* [To do]: Please reproduce the entries below exactly, starting at the first line and ending with the line that holds "v -21 -10.5 10.5".

Input for this task Start Marker

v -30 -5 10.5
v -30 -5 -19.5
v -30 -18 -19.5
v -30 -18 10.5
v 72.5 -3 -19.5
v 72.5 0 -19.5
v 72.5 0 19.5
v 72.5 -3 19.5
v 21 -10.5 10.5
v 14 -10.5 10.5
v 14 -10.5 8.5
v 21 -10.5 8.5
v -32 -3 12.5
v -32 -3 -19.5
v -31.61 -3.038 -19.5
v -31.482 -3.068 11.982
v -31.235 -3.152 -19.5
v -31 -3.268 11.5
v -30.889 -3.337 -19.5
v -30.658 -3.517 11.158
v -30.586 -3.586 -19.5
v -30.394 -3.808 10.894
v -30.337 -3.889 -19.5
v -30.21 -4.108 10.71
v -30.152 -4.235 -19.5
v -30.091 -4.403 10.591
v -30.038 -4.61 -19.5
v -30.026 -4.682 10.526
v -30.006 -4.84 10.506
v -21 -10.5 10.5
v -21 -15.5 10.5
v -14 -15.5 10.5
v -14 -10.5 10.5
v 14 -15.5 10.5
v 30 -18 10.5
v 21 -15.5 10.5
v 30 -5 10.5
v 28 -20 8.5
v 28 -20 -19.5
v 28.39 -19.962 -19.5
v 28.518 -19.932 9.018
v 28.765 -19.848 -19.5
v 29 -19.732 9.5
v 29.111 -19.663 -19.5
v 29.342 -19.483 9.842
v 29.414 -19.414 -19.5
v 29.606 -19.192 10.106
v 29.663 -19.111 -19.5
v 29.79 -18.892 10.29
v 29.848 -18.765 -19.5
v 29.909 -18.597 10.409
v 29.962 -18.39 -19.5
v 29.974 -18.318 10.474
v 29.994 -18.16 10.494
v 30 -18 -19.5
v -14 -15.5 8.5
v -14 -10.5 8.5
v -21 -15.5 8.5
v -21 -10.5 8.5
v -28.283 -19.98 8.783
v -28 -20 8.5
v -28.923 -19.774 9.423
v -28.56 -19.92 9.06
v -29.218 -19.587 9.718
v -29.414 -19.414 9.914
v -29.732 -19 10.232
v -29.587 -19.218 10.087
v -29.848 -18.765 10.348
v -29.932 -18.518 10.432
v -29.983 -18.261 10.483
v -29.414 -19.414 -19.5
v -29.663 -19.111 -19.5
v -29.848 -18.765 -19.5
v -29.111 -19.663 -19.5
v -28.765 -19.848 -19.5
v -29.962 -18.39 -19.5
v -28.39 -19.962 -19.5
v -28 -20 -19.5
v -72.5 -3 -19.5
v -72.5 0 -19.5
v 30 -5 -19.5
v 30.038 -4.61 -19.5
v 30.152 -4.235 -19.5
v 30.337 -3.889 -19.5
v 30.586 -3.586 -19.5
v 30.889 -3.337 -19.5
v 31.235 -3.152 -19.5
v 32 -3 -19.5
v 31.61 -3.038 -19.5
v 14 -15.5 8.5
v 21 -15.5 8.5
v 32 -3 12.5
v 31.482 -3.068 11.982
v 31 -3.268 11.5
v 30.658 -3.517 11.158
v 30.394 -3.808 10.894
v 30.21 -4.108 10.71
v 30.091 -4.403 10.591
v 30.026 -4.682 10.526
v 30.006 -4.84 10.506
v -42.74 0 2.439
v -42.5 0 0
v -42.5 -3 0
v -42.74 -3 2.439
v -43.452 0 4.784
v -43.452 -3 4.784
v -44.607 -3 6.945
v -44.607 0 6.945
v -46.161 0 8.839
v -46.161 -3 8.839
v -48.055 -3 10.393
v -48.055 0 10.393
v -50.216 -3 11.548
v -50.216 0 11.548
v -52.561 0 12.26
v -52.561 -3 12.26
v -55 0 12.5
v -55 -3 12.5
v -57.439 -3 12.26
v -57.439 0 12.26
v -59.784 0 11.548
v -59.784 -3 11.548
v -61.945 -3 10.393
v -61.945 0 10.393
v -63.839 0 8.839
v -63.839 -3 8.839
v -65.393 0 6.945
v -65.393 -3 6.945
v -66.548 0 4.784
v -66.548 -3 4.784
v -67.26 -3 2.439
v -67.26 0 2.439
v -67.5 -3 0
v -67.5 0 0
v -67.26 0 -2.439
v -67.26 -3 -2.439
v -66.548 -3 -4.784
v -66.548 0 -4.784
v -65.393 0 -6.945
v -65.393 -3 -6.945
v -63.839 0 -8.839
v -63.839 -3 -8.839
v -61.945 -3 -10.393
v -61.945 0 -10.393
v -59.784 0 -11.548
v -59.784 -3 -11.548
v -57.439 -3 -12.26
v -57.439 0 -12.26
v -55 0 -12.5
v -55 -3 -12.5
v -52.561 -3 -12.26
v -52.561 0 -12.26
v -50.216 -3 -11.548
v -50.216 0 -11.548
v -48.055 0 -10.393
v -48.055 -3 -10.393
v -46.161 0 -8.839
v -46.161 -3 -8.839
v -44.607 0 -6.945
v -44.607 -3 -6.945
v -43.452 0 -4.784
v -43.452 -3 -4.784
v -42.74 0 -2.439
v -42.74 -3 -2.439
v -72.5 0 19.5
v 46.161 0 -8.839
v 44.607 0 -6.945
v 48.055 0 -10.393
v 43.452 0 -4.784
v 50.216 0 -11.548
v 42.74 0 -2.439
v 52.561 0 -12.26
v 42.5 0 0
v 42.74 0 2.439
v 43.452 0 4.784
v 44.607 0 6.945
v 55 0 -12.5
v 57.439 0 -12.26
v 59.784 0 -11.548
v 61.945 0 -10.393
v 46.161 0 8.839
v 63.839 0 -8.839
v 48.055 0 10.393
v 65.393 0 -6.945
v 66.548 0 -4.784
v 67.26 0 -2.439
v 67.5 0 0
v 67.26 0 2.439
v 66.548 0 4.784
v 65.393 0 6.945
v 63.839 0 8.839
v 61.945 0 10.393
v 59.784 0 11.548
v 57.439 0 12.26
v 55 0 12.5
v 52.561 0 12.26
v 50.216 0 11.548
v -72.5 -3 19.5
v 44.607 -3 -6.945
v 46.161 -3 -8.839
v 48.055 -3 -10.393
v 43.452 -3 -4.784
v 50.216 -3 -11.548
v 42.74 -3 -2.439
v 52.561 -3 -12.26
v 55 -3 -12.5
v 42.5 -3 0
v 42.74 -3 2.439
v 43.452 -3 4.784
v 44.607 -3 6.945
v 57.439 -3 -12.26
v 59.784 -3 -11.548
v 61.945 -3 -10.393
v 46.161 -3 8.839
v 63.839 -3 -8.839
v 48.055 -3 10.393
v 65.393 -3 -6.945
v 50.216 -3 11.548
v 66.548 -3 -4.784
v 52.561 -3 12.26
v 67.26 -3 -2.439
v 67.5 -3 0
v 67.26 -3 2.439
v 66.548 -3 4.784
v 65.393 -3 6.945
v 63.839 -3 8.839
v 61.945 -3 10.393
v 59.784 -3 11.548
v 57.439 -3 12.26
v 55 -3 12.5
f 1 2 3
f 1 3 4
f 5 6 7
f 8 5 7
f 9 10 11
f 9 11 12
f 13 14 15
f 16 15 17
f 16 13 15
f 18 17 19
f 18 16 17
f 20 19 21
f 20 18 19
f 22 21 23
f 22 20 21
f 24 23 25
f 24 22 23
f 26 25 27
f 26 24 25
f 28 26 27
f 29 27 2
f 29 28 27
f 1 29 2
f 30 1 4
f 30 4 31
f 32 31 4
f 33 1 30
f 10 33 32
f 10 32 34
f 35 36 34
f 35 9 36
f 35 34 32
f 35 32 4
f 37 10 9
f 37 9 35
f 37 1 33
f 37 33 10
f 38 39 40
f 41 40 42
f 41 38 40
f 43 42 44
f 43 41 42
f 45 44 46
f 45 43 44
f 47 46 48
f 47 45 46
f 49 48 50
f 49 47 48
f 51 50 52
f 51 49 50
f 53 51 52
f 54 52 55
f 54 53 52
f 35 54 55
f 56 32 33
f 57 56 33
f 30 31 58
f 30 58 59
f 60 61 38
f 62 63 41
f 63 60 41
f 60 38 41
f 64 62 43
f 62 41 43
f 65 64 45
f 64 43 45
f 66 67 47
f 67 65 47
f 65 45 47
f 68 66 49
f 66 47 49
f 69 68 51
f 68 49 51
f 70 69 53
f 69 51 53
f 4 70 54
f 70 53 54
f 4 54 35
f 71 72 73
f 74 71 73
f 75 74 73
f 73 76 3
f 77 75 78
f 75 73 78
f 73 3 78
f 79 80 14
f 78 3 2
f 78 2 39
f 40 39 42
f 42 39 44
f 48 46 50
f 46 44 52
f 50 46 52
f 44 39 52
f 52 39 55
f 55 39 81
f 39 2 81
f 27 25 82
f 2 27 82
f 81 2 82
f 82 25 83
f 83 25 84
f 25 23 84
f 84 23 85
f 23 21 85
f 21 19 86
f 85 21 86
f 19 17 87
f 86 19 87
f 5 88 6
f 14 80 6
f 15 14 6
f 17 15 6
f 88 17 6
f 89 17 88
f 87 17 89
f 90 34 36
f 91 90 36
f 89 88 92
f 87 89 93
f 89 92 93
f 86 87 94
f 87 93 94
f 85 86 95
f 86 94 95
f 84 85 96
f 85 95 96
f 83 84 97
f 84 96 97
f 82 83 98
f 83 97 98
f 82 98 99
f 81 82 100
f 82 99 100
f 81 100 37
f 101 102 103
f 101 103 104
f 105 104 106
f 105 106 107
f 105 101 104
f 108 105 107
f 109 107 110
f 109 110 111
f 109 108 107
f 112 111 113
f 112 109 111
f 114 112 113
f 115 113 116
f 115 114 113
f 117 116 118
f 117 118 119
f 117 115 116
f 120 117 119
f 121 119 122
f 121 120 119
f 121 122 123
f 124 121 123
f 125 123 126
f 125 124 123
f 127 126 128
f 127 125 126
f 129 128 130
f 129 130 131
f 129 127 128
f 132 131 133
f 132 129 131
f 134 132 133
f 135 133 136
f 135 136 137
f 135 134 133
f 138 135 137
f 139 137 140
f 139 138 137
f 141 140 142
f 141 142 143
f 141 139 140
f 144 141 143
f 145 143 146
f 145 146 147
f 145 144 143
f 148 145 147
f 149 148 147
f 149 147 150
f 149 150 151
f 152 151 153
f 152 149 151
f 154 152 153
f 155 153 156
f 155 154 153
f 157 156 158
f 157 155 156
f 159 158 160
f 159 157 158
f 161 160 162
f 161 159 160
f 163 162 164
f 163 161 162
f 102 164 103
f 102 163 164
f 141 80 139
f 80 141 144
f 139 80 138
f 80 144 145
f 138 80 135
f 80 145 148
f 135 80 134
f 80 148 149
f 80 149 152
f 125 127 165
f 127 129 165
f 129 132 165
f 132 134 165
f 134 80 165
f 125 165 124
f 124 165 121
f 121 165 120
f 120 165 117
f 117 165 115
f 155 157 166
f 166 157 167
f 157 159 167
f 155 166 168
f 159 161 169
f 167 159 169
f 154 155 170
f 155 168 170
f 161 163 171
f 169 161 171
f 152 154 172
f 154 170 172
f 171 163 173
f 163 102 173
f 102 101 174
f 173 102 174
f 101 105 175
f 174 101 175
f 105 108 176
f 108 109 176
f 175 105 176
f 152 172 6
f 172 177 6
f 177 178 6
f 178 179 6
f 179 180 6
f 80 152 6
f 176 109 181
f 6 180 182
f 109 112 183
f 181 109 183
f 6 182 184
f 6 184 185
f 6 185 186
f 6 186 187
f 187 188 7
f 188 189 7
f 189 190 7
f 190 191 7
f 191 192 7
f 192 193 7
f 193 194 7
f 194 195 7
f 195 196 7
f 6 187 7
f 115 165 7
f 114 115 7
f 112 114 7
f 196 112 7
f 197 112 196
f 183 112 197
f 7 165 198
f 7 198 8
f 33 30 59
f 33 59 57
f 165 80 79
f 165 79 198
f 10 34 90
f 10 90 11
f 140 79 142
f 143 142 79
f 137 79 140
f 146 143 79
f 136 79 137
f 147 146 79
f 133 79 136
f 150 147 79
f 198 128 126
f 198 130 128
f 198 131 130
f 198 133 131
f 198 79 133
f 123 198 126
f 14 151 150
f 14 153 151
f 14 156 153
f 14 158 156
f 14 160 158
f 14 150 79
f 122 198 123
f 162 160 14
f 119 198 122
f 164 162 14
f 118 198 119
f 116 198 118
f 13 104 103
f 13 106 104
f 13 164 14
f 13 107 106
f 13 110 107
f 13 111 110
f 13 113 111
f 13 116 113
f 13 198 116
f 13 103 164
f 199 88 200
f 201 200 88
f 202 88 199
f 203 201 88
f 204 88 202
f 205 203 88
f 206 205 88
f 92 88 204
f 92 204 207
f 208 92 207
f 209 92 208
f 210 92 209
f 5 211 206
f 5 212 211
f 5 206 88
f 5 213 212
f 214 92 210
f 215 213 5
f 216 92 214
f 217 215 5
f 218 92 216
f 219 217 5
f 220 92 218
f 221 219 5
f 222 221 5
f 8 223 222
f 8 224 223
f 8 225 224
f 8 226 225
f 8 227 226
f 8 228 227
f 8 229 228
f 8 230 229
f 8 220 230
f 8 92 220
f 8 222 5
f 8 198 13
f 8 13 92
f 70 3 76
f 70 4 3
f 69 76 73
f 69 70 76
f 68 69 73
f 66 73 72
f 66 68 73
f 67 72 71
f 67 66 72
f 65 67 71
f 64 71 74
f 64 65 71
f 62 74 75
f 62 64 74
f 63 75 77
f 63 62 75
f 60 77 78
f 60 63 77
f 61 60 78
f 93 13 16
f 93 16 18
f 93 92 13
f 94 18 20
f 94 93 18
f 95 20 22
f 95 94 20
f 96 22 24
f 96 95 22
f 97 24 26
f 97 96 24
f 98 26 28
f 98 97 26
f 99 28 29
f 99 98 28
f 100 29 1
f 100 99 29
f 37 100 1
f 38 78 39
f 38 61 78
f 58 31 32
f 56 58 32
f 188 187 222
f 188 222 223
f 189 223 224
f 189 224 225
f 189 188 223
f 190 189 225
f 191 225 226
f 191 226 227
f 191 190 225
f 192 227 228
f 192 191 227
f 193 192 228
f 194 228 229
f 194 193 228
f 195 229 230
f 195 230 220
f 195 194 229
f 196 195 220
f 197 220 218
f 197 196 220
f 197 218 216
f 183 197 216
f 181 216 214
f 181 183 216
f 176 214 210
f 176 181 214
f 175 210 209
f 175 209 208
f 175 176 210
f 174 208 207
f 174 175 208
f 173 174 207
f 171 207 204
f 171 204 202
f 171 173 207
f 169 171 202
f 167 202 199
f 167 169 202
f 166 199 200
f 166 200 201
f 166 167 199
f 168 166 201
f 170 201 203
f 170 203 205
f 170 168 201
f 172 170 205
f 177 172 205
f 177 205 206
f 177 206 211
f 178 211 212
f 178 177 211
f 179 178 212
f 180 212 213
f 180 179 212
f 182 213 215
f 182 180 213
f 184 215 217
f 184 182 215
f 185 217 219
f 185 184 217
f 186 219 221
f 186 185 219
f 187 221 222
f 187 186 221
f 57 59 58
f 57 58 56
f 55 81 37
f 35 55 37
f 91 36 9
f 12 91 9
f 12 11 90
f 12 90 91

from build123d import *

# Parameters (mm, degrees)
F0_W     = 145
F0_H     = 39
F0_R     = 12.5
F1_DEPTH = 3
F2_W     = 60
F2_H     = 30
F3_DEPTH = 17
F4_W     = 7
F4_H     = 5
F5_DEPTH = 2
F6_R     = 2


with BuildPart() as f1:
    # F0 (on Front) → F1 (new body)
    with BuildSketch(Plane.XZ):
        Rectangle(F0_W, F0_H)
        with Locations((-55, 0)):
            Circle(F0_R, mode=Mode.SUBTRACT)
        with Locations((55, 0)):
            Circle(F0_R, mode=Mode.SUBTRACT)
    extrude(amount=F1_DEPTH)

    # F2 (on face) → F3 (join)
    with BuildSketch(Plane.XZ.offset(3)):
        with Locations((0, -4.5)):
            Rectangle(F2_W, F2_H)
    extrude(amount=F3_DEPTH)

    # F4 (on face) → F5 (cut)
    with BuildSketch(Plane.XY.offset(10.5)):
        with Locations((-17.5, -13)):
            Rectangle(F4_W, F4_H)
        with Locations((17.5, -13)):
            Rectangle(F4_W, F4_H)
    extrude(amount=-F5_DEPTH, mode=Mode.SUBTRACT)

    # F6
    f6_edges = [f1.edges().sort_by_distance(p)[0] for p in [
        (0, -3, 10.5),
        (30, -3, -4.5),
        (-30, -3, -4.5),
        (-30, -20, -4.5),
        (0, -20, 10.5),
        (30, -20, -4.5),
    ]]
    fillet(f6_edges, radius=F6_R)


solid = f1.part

Input for this task End Marker

* [Answer to the problem]:
v -30 -5 10.5
v -30 -5 -19.5
v -30 -18 -19.5
v -30 -18 10.5
v 72.5 -3 -19.5
v 72.5 0 -19.5
v 72.5 0 19.5
v 72.5 -3 19.5
v 21 -10.5 10.5
v 14 -10.5 10.5
v 14 -10.5 8.5
v 21 -10.5 8.5
v -32 -3 12.5
v -32 -3 -19.5
v -31.61 -3.038 -19.5
v -31.482 -3.068 11.982
v -31.235 -3.152 -19.5
v -31 -3.268 11.5
v -30.889 -3.337 -19.5
v -30.658 -3.517 11.158
v -30.586 -3.586 -19.5
v -30.394 -3.808 10.894
v -30.337 -3.889 -19.5
v -30.21 -4.108 10.71
v -30.152 -4.235 -19.5
v -30.091 -4.403 10.591
v -30.038 -4.61 -19.5
v -30.026 -4.682 10.526
v -30.006 -4.84 10.506
v -21 -10.5 10.5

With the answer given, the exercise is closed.